There are now FIVE sites being actively restored on the S&D and this blog will follow what goes on at all of them!
Midford - Midsomer Norton - Gartell - Shillingstone - Spetisbury

Our Aim:

Our aim is to use a mix of lobbying, strategic track-bed purchase, fundraising and encouragement and support of groups already preserving sections of the route, as well as working with local and national government, local people, countryside groups and railway enthusiasts (of all types!) To restore sections of the route as they become viable.
Whilst the New S&D will primarily be a modern passenger and freight railway offering state of the art trains and services, we will also restore the infrastructure to the highest standards and encourage steam working and steam specials over all sections of the route, as well as work very closely with existing heritage lines established on the route.

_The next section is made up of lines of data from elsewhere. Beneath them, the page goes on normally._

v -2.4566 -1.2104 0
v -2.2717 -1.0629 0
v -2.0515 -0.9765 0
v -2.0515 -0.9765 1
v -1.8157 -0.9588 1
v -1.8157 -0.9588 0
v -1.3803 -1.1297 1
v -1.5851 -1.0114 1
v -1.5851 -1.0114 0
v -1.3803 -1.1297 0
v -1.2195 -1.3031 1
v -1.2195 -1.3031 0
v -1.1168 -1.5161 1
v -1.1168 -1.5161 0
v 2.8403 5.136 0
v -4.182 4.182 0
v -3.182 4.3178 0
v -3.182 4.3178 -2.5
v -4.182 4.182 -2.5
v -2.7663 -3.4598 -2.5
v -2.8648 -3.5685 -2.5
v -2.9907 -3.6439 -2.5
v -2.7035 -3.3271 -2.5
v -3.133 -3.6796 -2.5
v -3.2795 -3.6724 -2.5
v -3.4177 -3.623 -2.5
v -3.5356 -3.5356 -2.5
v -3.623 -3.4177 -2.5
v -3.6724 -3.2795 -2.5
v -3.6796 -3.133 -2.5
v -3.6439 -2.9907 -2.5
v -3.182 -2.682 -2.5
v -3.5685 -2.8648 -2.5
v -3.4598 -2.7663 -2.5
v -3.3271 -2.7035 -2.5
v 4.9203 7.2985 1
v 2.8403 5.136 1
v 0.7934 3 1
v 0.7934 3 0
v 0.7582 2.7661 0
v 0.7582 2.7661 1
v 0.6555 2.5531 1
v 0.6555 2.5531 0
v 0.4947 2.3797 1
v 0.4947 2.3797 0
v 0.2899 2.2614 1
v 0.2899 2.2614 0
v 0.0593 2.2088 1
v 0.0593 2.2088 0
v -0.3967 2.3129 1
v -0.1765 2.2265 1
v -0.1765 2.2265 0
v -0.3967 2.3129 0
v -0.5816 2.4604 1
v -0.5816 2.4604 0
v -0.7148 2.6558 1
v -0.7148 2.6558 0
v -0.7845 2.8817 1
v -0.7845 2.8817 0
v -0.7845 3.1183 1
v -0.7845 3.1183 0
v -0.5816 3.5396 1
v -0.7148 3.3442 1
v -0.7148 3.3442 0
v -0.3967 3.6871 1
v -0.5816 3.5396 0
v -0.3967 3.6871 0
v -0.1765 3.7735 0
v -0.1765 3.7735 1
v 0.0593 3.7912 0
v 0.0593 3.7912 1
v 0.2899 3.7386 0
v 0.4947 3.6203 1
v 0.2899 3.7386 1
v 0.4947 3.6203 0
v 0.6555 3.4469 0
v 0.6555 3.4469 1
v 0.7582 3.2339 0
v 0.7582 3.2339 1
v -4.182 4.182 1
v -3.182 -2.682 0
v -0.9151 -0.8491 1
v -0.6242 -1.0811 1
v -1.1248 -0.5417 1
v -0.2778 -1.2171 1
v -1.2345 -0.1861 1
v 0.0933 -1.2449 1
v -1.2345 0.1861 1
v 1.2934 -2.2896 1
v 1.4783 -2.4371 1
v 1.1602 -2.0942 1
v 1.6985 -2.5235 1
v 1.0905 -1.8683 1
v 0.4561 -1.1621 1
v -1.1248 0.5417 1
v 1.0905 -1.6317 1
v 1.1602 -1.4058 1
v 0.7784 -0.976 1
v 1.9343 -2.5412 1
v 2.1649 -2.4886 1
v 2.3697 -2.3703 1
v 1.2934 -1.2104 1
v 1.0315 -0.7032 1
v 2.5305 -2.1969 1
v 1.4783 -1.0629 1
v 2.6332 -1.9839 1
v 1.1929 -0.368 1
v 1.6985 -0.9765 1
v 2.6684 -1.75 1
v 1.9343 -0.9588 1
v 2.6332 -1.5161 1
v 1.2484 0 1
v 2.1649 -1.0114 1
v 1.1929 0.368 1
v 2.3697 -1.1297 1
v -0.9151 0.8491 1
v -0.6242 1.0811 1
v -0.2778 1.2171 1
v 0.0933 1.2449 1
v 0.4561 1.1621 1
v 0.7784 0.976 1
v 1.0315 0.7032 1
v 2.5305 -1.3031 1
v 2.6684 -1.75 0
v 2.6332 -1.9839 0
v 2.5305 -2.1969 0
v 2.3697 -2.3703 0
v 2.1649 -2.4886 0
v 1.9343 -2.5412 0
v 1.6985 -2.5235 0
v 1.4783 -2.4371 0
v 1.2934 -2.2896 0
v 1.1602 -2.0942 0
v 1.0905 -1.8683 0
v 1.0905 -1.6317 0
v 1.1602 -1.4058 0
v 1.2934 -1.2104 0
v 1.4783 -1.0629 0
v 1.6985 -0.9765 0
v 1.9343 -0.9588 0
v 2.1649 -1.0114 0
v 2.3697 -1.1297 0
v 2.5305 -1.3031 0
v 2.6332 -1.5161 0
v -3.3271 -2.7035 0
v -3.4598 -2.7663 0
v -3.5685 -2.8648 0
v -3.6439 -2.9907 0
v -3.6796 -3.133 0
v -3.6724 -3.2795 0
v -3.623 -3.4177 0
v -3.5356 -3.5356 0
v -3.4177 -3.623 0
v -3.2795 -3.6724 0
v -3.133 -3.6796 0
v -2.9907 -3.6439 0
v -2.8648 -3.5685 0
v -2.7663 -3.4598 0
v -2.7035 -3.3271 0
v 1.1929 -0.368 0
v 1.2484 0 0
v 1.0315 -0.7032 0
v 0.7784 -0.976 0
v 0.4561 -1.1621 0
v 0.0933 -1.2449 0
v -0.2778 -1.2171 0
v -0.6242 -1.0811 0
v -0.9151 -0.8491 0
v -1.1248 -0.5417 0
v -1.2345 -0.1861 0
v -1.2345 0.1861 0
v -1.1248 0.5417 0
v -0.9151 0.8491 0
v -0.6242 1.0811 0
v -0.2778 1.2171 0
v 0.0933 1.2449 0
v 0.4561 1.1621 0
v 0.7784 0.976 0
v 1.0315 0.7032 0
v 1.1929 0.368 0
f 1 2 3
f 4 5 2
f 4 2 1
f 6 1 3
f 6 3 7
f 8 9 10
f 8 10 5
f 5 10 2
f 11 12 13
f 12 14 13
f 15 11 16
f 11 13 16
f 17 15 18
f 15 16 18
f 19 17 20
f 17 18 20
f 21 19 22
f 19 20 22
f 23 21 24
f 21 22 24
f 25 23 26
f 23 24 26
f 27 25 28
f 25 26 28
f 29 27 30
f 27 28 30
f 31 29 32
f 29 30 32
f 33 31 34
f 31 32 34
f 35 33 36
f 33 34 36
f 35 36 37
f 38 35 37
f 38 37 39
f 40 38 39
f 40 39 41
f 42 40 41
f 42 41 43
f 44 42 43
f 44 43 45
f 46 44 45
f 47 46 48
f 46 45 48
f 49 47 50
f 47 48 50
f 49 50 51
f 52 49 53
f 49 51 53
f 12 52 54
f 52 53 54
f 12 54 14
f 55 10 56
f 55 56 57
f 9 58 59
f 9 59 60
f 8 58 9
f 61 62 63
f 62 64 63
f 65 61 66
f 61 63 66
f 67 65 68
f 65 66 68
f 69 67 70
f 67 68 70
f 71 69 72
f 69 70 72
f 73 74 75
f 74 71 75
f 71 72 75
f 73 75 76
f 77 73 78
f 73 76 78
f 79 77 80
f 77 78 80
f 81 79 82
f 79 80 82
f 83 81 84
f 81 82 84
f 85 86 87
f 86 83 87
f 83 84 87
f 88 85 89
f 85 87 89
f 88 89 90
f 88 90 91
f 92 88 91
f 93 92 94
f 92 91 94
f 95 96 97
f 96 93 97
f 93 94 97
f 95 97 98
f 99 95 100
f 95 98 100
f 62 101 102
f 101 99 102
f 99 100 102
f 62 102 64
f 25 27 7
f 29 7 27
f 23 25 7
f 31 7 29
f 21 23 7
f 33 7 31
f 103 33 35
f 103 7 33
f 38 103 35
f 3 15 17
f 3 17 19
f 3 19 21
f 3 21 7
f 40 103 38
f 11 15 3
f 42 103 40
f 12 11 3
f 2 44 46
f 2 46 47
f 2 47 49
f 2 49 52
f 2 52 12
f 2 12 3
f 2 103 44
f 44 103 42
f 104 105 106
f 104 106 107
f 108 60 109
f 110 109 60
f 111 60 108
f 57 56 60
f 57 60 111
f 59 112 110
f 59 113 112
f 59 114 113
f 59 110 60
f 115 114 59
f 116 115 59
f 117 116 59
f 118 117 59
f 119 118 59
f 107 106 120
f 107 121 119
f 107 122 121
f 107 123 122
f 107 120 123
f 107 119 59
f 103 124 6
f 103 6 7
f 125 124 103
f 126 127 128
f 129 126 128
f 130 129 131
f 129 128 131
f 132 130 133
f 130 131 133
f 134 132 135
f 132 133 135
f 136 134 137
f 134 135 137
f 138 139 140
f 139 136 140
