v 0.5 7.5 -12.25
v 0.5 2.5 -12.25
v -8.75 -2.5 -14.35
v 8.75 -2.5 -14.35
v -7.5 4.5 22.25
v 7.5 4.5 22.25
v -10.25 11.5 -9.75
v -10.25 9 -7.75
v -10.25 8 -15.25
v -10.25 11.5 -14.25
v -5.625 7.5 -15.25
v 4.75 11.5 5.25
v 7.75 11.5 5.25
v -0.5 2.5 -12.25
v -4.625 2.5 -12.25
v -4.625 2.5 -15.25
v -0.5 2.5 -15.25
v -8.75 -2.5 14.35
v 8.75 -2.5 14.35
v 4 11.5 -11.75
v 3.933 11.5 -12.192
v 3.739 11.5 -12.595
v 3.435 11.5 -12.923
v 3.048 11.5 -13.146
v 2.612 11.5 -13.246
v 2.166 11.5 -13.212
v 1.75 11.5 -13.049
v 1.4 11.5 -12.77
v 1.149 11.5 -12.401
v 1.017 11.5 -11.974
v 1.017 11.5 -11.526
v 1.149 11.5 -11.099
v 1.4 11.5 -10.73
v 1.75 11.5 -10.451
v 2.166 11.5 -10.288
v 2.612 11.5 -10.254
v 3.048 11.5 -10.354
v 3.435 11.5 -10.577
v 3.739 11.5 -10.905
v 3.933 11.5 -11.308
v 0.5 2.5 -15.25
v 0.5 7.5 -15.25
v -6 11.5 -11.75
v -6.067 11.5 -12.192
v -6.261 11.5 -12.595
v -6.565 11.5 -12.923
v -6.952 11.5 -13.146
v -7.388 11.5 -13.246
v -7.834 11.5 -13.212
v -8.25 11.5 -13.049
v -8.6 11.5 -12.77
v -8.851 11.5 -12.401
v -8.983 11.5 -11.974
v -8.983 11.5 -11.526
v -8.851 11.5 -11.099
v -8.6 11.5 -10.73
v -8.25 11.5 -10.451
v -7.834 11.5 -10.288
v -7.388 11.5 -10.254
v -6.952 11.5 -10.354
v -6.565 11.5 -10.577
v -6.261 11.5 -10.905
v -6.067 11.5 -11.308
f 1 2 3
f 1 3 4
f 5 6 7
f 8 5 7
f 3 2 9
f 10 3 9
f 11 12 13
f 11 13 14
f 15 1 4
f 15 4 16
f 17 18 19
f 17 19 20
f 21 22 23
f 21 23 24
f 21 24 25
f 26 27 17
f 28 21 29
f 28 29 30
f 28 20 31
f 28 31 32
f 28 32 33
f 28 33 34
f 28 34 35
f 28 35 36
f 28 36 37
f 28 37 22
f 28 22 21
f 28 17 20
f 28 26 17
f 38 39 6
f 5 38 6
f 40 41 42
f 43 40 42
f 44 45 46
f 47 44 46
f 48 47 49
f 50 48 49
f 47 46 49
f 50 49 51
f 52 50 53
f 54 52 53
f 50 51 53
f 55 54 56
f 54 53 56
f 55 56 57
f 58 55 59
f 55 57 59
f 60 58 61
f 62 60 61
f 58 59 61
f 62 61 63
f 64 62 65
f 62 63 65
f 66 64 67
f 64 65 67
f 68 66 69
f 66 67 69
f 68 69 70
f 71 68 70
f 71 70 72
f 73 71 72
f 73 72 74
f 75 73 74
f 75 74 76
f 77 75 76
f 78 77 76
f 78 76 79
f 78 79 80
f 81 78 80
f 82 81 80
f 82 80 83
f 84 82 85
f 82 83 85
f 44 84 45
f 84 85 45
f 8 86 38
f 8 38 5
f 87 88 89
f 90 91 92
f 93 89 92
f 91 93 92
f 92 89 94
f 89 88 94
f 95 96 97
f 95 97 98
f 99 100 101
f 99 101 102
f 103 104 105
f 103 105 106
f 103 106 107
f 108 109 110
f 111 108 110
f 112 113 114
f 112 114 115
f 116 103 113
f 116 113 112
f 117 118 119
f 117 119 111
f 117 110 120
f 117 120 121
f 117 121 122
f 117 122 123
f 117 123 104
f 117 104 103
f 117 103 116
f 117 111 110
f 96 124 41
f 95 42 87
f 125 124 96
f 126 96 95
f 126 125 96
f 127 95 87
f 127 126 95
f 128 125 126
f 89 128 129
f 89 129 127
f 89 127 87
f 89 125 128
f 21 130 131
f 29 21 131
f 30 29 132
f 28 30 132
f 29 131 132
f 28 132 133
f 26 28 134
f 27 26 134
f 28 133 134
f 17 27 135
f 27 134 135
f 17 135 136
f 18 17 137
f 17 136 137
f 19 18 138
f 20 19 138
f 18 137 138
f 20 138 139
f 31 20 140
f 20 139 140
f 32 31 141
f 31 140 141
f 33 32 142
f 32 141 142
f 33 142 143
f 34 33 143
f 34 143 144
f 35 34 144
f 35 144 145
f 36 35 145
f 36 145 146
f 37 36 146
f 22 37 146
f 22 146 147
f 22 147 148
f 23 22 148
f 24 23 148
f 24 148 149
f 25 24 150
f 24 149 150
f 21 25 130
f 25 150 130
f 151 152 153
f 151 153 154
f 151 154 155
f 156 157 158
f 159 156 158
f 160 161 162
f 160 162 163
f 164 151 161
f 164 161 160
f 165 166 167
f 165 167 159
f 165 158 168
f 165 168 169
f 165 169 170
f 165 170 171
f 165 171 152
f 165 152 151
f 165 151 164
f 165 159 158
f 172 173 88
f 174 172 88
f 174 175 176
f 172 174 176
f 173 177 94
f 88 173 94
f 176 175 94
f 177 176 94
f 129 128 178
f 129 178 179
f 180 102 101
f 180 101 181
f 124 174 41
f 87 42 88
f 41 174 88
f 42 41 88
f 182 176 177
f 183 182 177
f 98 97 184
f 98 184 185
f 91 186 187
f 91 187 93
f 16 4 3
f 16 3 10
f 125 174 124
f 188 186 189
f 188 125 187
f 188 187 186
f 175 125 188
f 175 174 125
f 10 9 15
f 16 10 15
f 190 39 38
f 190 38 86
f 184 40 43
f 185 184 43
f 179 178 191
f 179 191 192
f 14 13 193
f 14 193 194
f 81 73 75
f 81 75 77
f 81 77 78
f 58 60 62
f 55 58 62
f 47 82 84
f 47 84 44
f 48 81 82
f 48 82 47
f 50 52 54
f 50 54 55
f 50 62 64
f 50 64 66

This blog contains my personal views. Anything said here does not necessarily represent the aims or views of any of the groups currently restoring, preserving or operating trains over the Somerset and Dorset Railway!

Monday, November 14, 2011

solar so good ...

On my drive to the post office on Saturday I noticed that about fifteen houses had sprouted solar panels since my last trip three days before. It got me thinking!

My first reaction was that if all these houses were going to start to provide their own electricity, and sell the surplus to the grid, then would there really be an energy crisis in the future? Thinking like the average 'man in the street' my conclusion was 'no, there won't be'. I even, briefly, thought that (electric) cars may survive!!

But the bubble has since then popped. Whilst we can still provide solar panels for all the houses that need them at the moment, how long will this last? One big problem for solar panels is that they require a small amount of what is known as a 'rare earth' metal - as the name suggests these are not easy to find. Most rare earths are found in China, and China is holding back a large percentage of these for their own use, which is fair enough.

So this suggests that the price of solar panels will inexorably rise, and supply may tighten up. The next thing that sprang to mind is that whilst the solar panels going up now are new and bright and shiny, how long before they will need to be replaced? They are exposed and nobody seriously expects the climate to improve over the coming decades. There will come a point when the cost of rare earth components plus replacement makes their supply very difficult indeed. This is of course where scalability comes in. To encourage take up of solar panels the government was making installation free plus there was a guaranteed income for 25 years. This is already being scaled back.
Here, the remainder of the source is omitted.